Up to and including the line that contains "#56=ORIENTED_EDGE('',*,*,#55,.F.);", repeat each line of the data exactly, starting from the first.

━━━━━ Records for the task

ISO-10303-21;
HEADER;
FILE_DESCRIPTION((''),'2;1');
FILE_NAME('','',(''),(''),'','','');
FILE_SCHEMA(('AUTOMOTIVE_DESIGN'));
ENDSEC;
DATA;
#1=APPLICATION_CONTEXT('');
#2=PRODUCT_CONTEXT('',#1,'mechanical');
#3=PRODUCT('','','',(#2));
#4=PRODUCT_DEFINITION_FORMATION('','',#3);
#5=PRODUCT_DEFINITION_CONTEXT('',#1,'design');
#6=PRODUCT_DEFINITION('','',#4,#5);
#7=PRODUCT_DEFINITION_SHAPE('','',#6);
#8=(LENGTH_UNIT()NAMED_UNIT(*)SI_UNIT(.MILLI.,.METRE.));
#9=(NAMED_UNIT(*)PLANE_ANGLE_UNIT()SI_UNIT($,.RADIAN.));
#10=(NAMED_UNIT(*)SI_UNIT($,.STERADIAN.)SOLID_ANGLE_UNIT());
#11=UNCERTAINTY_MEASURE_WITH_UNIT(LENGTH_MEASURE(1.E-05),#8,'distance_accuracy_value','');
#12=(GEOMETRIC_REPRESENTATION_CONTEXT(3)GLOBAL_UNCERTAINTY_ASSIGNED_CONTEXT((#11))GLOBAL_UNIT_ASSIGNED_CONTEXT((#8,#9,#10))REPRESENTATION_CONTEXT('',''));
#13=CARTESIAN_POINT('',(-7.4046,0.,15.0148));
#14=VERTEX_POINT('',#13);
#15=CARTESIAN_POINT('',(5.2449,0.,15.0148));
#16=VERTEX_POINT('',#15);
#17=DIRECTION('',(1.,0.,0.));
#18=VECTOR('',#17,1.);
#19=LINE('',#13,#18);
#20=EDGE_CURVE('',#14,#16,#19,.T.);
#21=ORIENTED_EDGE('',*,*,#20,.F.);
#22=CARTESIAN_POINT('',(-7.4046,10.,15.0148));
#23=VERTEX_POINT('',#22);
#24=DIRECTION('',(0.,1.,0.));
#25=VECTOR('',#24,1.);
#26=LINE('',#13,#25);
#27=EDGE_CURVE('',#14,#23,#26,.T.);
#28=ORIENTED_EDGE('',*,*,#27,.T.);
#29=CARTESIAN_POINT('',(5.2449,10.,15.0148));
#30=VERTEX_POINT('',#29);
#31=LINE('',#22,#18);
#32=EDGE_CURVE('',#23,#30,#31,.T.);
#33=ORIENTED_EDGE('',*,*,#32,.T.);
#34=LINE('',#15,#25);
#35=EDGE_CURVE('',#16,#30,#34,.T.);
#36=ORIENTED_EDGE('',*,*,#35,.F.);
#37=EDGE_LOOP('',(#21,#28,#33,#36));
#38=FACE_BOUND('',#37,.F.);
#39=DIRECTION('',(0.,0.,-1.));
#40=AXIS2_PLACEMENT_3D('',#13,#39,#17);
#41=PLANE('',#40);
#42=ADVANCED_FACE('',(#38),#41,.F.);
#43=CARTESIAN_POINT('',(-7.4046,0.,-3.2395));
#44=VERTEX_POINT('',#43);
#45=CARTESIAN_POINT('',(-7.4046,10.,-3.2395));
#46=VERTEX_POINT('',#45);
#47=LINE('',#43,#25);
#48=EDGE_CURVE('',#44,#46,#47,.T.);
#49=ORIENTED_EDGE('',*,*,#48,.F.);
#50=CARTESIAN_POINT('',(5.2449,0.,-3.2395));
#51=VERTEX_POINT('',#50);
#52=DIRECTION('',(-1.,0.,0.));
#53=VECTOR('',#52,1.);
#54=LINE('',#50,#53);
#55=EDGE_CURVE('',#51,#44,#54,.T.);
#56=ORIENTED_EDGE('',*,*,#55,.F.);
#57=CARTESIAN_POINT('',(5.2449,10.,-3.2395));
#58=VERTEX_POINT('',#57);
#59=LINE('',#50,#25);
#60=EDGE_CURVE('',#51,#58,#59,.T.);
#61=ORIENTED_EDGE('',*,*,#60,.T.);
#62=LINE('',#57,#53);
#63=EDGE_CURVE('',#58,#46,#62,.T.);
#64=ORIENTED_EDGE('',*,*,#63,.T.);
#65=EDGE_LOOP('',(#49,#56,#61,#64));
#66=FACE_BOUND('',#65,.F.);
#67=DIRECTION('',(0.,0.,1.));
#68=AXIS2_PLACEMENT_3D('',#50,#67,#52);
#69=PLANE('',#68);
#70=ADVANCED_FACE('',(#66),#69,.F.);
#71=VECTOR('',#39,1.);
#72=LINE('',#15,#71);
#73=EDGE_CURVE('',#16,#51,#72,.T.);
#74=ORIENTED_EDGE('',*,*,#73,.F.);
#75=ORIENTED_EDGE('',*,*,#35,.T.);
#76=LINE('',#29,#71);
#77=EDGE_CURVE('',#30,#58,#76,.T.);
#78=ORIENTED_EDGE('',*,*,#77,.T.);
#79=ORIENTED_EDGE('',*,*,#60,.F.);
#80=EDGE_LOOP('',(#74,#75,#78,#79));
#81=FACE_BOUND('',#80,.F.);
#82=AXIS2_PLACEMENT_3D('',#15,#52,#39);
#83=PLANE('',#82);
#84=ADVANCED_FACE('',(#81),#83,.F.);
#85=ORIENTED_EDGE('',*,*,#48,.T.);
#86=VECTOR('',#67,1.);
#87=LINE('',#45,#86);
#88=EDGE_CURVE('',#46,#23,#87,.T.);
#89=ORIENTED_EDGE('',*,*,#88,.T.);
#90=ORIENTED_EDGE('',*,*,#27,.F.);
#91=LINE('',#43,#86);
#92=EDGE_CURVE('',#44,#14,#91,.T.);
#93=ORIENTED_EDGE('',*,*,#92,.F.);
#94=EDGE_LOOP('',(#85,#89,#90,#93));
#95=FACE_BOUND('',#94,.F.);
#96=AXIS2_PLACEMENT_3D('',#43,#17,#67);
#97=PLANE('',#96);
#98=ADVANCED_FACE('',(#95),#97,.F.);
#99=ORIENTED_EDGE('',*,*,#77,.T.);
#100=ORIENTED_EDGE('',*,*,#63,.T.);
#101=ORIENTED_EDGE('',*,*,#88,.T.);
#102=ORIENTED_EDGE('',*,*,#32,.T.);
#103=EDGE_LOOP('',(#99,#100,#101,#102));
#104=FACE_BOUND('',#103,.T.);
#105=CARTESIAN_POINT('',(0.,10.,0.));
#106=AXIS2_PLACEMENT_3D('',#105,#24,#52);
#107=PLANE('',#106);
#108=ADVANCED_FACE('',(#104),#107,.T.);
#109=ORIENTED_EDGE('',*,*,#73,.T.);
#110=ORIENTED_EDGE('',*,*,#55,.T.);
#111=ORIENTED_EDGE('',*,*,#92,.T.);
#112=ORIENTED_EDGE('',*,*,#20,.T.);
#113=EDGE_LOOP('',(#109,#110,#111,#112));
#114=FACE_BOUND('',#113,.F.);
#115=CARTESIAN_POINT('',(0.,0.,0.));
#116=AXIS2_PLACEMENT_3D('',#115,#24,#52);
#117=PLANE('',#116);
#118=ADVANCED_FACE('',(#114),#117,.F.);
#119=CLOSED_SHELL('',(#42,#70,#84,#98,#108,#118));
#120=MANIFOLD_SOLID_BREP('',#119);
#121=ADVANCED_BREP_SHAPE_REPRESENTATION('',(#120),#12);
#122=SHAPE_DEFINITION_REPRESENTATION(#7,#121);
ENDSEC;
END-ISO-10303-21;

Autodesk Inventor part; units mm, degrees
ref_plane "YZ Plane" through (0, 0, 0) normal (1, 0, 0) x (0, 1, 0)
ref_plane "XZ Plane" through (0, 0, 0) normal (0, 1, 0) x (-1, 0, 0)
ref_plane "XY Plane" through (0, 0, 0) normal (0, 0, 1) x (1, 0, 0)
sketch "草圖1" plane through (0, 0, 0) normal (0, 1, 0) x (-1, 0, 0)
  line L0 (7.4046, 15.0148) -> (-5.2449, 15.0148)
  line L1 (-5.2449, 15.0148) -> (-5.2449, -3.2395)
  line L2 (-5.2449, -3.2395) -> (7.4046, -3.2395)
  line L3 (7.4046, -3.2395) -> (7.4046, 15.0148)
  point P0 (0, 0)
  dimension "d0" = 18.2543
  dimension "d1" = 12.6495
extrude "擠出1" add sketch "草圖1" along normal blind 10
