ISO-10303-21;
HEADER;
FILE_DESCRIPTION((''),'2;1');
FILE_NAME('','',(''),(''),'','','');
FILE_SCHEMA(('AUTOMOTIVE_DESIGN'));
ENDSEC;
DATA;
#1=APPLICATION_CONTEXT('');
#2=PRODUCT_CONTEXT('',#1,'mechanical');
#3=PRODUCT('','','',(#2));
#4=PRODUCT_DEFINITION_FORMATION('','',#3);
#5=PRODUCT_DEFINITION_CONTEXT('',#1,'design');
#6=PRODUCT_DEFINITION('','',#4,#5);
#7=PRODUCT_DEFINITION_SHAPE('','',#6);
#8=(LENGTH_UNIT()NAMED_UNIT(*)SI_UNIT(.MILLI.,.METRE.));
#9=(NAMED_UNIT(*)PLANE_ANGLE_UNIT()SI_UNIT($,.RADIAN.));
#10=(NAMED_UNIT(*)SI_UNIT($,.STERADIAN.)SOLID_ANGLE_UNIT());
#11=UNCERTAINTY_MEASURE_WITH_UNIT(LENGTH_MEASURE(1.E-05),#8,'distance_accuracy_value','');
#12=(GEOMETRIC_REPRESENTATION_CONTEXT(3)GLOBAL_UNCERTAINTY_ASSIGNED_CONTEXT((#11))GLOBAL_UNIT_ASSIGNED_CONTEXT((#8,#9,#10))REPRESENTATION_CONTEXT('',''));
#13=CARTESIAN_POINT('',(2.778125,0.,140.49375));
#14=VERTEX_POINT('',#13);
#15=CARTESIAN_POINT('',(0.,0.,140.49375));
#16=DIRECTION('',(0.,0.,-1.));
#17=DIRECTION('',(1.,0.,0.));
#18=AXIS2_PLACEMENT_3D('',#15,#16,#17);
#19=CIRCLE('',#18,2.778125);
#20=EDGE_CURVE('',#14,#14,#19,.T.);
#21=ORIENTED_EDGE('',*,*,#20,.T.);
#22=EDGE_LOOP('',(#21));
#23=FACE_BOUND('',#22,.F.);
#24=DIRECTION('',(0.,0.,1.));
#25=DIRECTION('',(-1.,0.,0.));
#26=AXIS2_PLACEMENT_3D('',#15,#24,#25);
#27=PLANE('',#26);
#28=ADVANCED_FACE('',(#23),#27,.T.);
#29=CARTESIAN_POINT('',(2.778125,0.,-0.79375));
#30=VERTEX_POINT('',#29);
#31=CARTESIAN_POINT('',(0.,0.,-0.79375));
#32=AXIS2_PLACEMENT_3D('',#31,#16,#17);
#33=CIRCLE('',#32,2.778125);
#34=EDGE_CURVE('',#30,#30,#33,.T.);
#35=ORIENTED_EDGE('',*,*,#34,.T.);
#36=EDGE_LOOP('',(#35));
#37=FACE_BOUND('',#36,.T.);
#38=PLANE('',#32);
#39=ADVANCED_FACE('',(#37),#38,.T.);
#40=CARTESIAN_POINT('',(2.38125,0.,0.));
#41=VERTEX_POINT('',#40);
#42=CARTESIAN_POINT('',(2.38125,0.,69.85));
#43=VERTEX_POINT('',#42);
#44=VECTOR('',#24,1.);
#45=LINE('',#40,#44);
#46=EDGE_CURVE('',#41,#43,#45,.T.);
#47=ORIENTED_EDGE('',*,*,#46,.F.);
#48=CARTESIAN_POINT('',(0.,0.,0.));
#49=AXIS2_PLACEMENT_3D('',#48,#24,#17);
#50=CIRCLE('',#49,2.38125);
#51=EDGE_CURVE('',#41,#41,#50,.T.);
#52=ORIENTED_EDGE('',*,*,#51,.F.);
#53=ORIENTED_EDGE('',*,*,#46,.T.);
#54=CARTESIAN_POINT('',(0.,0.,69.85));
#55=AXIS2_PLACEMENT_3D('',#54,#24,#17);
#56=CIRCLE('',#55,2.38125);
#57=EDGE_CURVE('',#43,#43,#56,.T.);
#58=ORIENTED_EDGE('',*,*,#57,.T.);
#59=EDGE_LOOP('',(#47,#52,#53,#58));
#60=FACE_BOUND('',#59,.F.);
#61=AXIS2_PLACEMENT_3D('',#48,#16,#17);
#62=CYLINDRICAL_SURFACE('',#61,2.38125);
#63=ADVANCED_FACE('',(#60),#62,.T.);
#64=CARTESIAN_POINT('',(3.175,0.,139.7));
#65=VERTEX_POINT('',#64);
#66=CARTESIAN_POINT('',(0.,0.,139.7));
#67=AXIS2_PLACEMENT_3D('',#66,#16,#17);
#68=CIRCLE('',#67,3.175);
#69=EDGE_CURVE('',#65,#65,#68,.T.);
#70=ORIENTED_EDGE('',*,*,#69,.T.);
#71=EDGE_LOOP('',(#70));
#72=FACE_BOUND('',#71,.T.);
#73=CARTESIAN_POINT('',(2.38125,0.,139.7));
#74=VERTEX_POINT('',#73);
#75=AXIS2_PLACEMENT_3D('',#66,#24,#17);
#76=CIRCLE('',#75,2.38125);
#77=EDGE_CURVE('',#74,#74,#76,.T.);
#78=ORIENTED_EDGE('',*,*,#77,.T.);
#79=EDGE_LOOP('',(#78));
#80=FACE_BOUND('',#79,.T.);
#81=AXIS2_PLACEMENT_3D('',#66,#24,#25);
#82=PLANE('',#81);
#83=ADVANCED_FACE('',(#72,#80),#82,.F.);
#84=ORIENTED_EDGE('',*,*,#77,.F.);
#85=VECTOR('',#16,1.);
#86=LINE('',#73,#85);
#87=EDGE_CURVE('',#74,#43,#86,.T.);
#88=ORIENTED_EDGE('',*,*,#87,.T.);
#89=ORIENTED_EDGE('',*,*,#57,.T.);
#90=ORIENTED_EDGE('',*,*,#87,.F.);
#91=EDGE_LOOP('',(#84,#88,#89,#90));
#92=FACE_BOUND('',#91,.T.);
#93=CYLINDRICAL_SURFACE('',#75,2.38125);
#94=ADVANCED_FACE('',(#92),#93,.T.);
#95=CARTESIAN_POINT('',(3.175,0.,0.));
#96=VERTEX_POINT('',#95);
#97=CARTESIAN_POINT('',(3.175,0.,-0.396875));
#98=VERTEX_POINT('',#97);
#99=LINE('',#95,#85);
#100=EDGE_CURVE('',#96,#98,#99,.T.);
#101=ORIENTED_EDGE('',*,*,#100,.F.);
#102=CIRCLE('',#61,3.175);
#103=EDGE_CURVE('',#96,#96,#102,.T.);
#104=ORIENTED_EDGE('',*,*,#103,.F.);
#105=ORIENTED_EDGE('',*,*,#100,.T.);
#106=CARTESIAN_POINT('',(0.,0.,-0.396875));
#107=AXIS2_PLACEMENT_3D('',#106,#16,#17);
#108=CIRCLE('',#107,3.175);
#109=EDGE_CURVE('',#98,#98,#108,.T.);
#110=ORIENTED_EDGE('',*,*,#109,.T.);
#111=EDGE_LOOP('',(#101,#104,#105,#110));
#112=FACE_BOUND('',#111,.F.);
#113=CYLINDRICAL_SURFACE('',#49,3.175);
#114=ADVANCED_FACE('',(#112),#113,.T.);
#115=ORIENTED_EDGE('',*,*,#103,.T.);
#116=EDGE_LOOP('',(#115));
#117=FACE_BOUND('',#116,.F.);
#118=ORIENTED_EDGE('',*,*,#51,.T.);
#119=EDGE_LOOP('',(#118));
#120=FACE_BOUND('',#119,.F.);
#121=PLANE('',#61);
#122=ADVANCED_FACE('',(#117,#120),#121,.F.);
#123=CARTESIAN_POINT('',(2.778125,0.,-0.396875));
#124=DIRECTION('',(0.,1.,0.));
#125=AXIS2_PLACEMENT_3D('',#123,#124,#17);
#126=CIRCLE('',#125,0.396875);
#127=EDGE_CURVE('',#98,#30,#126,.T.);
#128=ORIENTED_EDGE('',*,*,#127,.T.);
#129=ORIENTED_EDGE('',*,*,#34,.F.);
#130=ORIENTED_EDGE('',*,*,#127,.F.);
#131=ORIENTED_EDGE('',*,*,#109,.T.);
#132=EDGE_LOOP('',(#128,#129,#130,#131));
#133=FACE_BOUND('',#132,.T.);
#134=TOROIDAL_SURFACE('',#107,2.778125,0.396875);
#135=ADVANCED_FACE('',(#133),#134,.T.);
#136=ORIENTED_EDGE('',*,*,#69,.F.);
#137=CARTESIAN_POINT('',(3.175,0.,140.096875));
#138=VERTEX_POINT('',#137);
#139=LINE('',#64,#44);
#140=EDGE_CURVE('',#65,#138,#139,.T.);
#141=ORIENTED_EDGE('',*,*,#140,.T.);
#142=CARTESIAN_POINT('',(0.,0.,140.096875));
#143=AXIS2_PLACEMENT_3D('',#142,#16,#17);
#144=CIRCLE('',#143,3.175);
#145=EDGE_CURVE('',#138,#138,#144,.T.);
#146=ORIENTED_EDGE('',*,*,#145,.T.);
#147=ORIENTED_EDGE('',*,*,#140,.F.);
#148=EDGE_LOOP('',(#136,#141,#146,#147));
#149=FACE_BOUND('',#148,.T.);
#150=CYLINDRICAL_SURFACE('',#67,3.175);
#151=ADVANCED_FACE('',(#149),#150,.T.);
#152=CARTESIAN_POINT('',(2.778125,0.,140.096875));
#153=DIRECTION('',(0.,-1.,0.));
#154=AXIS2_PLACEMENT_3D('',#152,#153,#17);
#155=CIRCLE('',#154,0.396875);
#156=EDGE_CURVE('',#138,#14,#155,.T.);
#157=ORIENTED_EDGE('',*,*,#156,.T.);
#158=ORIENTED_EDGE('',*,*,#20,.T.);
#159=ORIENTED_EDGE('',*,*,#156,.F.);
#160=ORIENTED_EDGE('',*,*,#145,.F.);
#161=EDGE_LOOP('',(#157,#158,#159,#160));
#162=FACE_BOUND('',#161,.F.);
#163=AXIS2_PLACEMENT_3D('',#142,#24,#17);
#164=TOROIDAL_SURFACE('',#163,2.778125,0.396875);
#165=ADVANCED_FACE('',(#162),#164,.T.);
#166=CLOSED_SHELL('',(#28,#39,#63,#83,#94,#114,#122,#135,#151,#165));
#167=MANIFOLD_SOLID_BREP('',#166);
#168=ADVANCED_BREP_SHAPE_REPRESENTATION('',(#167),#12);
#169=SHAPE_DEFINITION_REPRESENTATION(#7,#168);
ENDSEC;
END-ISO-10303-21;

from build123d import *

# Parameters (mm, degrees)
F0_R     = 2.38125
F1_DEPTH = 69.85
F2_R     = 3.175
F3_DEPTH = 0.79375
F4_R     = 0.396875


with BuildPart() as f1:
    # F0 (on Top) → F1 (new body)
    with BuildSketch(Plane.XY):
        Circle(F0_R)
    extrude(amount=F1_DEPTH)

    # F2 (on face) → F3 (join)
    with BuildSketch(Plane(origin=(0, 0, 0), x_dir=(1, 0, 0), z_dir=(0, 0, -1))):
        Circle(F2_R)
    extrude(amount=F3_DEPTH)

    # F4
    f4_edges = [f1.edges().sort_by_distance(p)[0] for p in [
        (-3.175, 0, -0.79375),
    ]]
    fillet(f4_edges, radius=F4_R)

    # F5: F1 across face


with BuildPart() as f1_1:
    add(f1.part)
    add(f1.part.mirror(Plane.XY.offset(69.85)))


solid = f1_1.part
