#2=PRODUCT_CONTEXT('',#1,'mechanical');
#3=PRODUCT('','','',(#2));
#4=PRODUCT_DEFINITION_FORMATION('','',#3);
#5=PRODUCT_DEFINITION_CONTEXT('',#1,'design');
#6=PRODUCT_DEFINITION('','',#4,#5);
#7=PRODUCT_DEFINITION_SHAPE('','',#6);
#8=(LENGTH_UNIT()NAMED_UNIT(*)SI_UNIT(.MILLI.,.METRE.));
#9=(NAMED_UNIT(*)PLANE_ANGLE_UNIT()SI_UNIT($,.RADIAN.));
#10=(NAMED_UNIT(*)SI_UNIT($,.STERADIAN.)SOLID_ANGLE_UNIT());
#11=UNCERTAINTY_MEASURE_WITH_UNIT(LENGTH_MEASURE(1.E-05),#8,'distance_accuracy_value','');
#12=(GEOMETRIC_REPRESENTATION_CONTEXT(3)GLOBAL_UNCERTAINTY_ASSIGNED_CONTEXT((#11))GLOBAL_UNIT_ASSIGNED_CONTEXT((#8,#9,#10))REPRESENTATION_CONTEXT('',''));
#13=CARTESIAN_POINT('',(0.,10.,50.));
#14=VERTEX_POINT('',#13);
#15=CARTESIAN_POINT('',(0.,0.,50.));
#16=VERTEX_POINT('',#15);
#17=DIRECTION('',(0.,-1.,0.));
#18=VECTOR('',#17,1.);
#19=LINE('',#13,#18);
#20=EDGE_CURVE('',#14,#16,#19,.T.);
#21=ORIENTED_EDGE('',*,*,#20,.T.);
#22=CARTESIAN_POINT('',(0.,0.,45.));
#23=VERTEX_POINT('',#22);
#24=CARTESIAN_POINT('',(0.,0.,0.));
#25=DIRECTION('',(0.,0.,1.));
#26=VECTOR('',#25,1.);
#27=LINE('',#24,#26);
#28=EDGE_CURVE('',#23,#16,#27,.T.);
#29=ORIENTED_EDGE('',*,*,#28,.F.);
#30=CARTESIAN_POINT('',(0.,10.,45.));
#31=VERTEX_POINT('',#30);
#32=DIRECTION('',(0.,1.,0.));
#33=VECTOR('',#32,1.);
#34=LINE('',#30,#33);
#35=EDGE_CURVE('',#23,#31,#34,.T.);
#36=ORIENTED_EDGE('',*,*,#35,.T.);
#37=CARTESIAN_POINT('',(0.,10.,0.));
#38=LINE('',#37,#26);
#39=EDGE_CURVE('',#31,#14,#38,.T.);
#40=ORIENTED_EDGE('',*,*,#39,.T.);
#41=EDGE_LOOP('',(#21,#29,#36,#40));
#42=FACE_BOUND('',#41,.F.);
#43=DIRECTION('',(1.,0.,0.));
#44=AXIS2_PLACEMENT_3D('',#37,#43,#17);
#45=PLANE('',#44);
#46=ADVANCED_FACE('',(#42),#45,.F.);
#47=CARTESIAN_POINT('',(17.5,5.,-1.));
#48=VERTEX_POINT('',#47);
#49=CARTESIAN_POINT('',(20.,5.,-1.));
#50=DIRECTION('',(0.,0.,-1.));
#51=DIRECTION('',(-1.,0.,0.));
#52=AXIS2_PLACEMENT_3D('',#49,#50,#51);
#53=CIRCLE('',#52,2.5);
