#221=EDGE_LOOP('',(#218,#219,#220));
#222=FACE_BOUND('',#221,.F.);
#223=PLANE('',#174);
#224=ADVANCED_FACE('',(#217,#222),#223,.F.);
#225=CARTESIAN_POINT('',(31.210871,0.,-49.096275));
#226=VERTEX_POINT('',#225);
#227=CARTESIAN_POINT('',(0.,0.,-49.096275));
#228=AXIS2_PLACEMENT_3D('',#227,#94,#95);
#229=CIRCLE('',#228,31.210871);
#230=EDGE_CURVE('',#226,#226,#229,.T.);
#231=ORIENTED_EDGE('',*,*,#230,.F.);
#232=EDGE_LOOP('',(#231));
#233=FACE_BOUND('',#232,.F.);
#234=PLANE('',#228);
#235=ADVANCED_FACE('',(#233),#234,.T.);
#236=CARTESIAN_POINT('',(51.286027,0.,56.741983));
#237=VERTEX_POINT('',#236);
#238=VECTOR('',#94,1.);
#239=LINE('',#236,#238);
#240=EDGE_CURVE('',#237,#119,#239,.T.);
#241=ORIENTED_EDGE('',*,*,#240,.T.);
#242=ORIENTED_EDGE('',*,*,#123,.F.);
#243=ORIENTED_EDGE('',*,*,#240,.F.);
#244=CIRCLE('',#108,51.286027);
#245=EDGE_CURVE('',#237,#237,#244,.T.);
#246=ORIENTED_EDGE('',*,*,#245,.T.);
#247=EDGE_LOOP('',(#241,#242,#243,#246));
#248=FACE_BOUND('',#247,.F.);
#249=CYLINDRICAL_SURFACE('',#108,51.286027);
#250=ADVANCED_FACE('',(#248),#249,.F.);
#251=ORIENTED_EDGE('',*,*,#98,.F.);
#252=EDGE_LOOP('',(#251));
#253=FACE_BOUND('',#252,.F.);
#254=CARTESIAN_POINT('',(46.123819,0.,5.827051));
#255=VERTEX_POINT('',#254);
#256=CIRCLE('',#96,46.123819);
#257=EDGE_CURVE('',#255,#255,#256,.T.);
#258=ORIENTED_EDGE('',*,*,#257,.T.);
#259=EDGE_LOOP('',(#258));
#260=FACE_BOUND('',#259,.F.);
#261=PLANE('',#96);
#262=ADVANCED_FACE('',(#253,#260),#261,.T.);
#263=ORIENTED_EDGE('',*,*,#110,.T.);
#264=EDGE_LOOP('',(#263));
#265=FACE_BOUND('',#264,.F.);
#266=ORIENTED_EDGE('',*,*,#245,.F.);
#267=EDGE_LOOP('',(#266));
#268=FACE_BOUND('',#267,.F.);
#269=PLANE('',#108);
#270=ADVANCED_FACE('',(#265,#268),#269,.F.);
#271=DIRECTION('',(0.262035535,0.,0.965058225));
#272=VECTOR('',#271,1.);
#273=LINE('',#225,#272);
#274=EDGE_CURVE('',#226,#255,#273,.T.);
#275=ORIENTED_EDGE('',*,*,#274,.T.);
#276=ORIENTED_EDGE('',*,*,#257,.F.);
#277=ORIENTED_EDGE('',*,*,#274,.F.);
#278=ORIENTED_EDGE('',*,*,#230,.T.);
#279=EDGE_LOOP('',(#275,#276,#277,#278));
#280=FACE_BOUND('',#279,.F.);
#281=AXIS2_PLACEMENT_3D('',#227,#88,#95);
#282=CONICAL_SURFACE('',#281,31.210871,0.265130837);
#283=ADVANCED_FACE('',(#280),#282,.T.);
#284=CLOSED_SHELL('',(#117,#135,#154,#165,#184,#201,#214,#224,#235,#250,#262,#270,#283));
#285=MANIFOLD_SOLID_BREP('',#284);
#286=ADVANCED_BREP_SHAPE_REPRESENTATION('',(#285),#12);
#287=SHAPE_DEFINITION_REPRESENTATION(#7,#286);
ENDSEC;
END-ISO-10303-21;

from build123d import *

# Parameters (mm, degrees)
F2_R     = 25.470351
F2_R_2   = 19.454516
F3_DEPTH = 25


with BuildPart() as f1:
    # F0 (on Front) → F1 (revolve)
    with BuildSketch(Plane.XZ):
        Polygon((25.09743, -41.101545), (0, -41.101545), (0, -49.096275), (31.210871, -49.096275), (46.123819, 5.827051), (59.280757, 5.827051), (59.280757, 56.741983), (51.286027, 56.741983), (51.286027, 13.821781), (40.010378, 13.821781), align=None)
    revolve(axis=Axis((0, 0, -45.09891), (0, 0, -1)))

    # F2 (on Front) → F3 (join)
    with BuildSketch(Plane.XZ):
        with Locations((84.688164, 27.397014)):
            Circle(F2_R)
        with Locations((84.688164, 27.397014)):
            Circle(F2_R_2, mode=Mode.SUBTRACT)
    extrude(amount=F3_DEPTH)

━━━━━━━━━━

### Answer to this task:
ISO-10303-21;
HEADER;
FILE_DESCRIPTION((''),'2;1');
FILE_NAME('','',(''),(''),'','','');
FILE_SCHEMA(('AUTOMOTIVE_DESIGN'));
ENDSEC;
DATA;
#1=APPLICATION_CONTEXT('');
#2=PRODUCT_CONTEXT('',#1,'mechanical');
#3=PRODUCT('','','',(#2));
#4=PRODUCT_DEFINITION_FORMATION('','',#3);
#5=PRODUCT_DEFINITION_CONTEXT('',#1,'design');
#6=PRODUCT_DEFINITION('','',#4,#5);
#7=PRODUCT_DEFINITION_SHAPE('','',#6);
#8=(LENGTH_UNIT()NAMED_UNIT(*)SI_UNIT(.MILLI.,.METRE.));
#9=(NAMED_UNIT(*)PLANE_ANGLE_UNIT()SI_UNIT($,.RADIAN.));
#10=(NAMED_UNIT(*)SI_UNIT($,.STERADIAN.)SOLID_ANGLE_UNIT());
#11=UNCERTAINTY_MEASURE_WITH_UNIT(LENGTH_MEASURE(1.E-05),#8,'distance_accuracy_value','');
#12=(GEOMETRIC_REPRESENTATION_CONTEXT(3)GLOBAL_UNCERTAINTY_ASSIGNED_CONTEXT((#11))GLOBAL_UNIT_ASSIGNED_CONTEXT((#8,#9,#10))REPRESENTATION_CONTEXT('',''));
#13=CARTESIAN_POINT('',(-7.4046,0.,15.0148));
#14=VERTEX_POINT('',#13);
#15=CARTESIAN_POINT('',(5.2449,0.,15.0148));
#16=VERTEX_POINT('',#15);
#17=DIRECTION('',(1.,0.,0.));
#18=VECTOR('',#17,1.);
#19=LINE('',#13,#18);
#20=EDGE_CURVE('',#14,#16,#19,.T.);
#21=ORIENTED_EDGE('',*,*,#20,.F.);
#22=CARTESIAN_POINT('',(-7.4046,10.,15.0148));
#23=VERTEX_POINT('',#22);
#24=DIRECTION('',(0.,1.,0.));
#25=VECTOR('',#24,1.);
#26=LINE('',#13,#25);
#27=EDGE_CURVE('',#14,#23,#26,.T.);
#28=ORIENTED_EDGE('',*,*,#27,.T.);
#29=CARTESIAN_POINT('',(5.2449,10.,15.0148));
#30=VERTEX_POINT('',#29);
#31=LINE('',#22,#18);
#32=EDGE_CURVE('',#23,#30,#31,.T.);
#33=ORIENTED_EDGE('',*,*,#32,.T.);
#34=LINE('',#15,#25);
#35=EDGE_CURVE('',#16,#30,#34,.T.);
#36=ORIENTED_EDGE('',*,*,#35,.F.);
#37=EDGE_LOOP('',(#21,#28,#33,#36));
#38=FACE_BOUND('',#37,.F.);
#39=DIRECTION('',(0.,0.,-1.));
#40=AXIS2_PLACEMENT_3D('',#13,#39,#17);
#41=PLANE('',#40);
#42=ADVANCED_FACE('',(#38),#41,.F.);
#43=CARTESIAN_POINT('',(-7.4046,0.,-3.2395));
#44=VERTEX_POINT('',#43);
#45=CARTESIAN_POINT('',(-7.4046,10.,-3.2395));
#46=VERTEX_POINT('',#45);
#47=LINE('',#43,#25);
#48=EDGE_CURVE('',#44,#46,#47,.T.);
#49=ORIENTED_EDGE('',*,*,#48,.F.);
#50=CARTESIAN_POINT('',(5.2449,0.,-3.2395));
#51=VERTEX_POINT('',#50);
#52=DIRECTION('',(-1.,0.,0.));
#53=VECTOR('',#52,1.);
#54=LINE('',#50,#53);
#55=EDGE_CURVE('',#51,#44,#54,.T.);
#56=ORIENTED_EDGE('',*,*,#55,.F.);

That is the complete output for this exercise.